Eight Things About Me

Myspace and livejournal friend, Xakara, "tagged" my like an endangered species. The task? Eight random things about myself...

1. When I was a child, I started taking "dark showers." I'd pretend I was blind and walk around in the dark bumping into things. Bathrooms happened to be the trickiest, and wet tubs can be particularly dangerous and, thus, alluring.

2. About ten years ago, my 5 pound yorkie ran away. I caught up with him at an intersection leading to a freeway, but he was too freaked to recognize his name, or me. He ran towards the freeway, I chased. A car hit him, and he was bounced around the road. I ran into the middle of the speeding cars, pulled him from the concrete and collapsed in the ditch, covered in his blood. It took a few minutes for my heart to stop racing and to realize his was still beating.

3. I've started collecting old crosses and religious iconography.
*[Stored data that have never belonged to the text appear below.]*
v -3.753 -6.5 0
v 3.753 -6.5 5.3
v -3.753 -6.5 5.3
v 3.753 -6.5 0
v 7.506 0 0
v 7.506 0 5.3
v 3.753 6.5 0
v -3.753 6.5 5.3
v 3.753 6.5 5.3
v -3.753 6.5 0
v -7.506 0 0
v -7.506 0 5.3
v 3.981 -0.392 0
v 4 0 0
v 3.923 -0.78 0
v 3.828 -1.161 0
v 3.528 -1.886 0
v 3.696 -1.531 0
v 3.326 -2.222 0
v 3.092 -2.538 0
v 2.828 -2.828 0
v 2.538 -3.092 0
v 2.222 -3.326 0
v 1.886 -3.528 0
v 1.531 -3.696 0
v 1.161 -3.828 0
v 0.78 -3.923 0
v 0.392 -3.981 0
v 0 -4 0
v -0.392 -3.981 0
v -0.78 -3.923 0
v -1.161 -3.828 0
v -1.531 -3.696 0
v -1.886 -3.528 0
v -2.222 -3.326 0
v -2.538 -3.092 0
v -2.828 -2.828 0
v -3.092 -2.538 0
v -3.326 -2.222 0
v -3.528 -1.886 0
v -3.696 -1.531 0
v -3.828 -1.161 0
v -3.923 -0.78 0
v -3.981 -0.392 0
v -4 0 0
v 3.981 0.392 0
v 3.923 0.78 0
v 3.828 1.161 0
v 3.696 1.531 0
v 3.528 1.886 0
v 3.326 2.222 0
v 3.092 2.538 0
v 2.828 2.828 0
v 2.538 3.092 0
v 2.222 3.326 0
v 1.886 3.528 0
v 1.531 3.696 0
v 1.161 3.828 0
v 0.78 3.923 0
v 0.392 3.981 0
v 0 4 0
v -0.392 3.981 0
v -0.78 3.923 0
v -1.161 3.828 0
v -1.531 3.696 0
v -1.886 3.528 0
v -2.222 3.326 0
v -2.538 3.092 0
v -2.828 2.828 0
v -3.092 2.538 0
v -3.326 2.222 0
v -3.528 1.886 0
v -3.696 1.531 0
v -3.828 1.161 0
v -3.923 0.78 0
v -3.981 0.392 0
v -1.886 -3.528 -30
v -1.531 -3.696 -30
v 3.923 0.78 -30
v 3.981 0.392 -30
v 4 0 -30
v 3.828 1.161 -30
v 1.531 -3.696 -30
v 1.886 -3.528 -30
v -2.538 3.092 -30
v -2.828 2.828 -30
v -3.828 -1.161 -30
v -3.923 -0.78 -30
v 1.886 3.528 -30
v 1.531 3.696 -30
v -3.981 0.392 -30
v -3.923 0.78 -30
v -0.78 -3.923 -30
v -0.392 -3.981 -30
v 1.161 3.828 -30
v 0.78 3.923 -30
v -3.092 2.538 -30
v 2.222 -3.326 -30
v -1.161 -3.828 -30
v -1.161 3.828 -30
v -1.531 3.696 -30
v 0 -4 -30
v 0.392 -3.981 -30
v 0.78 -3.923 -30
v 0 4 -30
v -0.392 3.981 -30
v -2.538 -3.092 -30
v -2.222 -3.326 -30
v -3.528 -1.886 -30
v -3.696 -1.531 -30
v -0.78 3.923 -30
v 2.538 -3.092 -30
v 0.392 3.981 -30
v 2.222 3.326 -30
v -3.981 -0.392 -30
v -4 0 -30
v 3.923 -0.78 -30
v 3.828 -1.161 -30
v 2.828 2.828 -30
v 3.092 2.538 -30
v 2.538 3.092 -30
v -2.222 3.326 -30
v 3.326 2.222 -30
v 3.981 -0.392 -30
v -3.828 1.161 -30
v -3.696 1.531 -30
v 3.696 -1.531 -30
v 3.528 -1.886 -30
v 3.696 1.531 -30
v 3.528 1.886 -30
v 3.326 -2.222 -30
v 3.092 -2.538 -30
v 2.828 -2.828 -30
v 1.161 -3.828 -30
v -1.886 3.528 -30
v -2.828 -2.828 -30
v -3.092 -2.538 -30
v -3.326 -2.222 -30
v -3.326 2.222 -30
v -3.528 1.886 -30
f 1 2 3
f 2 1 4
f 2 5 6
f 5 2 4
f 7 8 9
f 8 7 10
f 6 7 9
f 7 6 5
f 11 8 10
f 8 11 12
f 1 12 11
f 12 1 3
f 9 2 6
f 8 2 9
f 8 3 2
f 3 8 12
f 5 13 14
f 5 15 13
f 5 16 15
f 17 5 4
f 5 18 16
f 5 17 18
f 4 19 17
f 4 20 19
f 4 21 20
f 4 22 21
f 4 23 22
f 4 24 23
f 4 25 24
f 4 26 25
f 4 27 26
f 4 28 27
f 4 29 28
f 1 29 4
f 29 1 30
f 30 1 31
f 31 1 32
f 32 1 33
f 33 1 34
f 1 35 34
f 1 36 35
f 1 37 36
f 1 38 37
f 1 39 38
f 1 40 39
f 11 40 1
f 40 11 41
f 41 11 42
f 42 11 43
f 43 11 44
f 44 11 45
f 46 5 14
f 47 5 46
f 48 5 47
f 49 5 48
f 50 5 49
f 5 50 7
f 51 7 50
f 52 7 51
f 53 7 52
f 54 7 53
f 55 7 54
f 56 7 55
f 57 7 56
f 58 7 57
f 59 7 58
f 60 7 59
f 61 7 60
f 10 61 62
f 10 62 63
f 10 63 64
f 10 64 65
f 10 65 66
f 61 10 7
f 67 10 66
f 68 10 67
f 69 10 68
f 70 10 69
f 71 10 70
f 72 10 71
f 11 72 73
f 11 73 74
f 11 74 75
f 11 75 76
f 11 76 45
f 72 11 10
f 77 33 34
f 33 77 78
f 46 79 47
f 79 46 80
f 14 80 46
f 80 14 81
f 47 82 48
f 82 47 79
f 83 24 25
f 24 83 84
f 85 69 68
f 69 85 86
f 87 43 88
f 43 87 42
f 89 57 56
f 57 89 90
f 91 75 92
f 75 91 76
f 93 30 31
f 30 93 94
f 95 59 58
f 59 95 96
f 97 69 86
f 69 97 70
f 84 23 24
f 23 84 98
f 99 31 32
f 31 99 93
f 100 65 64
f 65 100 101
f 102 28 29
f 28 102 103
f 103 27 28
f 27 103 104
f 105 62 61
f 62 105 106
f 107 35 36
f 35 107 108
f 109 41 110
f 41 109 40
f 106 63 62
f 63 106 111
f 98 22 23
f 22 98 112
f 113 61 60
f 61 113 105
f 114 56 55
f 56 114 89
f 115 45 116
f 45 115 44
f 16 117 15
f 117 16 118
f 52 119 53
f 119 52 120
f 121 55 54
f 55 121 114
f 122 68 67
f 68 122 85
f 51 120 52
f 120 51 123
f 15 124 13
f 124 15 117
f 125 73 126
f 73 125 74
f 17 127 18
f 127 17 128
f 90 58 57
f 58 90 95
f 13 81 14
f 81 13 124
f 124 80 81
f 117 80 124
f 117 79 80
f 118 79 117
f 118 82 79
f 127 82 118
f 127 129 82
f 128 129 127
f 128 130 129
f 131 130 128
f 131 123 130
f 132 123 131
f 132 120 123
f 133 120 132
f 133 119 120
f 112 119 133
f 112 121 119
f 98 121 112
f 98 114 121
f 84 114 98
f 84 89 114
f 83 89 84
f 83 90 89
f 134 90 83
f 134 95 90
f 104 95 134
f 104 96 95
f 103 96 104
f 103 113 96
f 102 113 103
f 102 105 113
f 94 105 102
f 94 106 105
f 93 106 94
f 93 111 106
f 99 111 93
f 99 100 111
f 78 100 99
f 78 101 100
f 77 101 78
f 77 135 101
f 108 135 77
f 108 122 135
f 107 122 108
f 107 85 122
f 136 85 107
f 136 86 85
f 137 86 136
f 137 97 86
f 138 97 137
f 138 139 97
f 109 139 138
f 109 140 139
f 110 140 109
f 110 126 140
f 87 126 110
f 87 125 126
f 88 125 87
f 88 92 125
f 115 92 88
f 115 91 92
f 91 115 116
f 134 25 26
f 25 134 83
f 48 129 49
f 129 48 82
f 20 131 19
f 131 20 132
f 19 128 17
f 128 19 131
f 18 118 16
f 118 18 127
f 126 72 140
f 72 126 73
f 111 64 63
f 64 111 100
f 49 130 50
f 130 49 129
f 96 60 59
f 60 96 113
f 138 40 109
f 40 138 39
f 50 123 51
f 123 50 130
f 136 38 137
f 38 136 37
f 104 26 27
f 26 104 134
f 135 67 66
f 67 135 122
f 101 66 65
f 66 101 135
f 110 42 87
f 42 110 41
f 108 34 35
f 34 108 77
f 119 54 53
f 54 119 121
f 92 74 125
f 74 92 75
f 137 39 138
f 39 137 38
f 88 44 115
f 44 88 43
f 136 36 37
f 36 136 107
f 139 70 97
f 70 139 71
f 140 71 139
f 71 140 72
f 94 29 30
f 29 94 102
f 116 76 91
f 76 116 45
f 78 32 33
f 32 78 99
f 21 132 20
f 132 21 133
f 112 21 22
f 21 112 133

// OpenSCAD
// M8 hex bolt (simplified, no threads)

af            = 13;   // across-flats of hex head [mm]
head_height   = 5.3;  // head height [mm]
shank_d       = 8;    // shank diameter [mm]
shank_length  = 30;   // shank length [mm]

hex_r = af / sqrt(3); // circumradius for the hex head

union() {
    // Hexagonal head (extends in +Z)
    cylinder(h = head_height, r = hex_r, $fn = 6);

    // Cylindrical shank (extends in –Z)
    translate([0, 0, -shank_length])
        cylinder(h = shank_length, d = shank_d, $fn = 64);
}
My favorite is a Greek Orthodox Crucifixion painted on a crimson background and layered with gold leaf.

4. The first time I tried Indian food was in a tiny restaurant in Chiang Mai, Thailand (One of the three cities that form the Golden Triangle of Opium production). My parents hated it. I loved it. It took me ten years to try it again and now I can't stop.

5. I worked at a mental health facility, after I graduated from college. The clients--we called them consumers--were suffering from a variety of psychoses. Unfortunately, the mental health system is cash poor and graveyard shifts are often understaffed, and by that, I mean just me. One of my tasks was to do room checks every hour to make sure the consumers were in their beds. On one of these checks, I'd finished the rounds and was walking back to the staff wing, when I heard a creaking behind me. I turned. A particularly venomous Borderline (look it up) was standing behind me with a chair over her head ready to bring it down on me. She met my gaze, cocked her head, put the chair down in the dark hallway, and returned to her room without a word (from either of us).

6. When I was seven--we lived in Portugal at the time--our house bumped right onto a cobbled street. It looked like any other building from the front, whitewashed walls, ten foot rough-hewn doors. The ground floor entry was a cave, not literally, but dark, stony and damp as is typical of the architecture in that area. It was a bit of a dungeon, and the landlord, a fisherman, retained a weight making shop behind a locked door. That place was always a mystery. I'd sit on the cold stone stairs and watch the shadows play under the crack below the door, imagining the fisherman as an alchemist. A wizard.

7. We lived near the Westpoint Academy in New York,--I was five at the time. Occasionally, we'd have dinner at the large hotel on the Wespoint grounds. Now, I was prodigy in the hijinx department and snuck away from my parents on a regular basis. I got stuck in the elevator and couldn't reach the buttons. I cried.


8. In 1991, I visited my parents in the Phillipines (my father's work took him all over the world). While I was flying across the Pacific, Clark Air Force Base was evacuated as nearby Mt. Pinatubo seemed likely to erupt. Although civilians, my parents were told to leave. When I arrived in Manilla, the volcano had already sent several small plumes of ash into the night sky. The driver took us to a nearby naval base, where the Americans had been relocated. When the volcano erupted, it was catastrophic. The sky was black for 30 hours, a typhoon rolled in, and the earthquakes rolled continuously. Debris fell on the evacuation site killing many in the surrounding towns and collapsing a gym on frightened families.

Consider yourself tagged, or not. But tell me something people! I'm bored and have access to sharp objects.

Comments

Stacia said…
I just watched a Discovery special on the Pinatubo eruption last week! Very scary.
Mark Henry said…
It was widely underreported at the time. People don't realize the immensity of that eruption.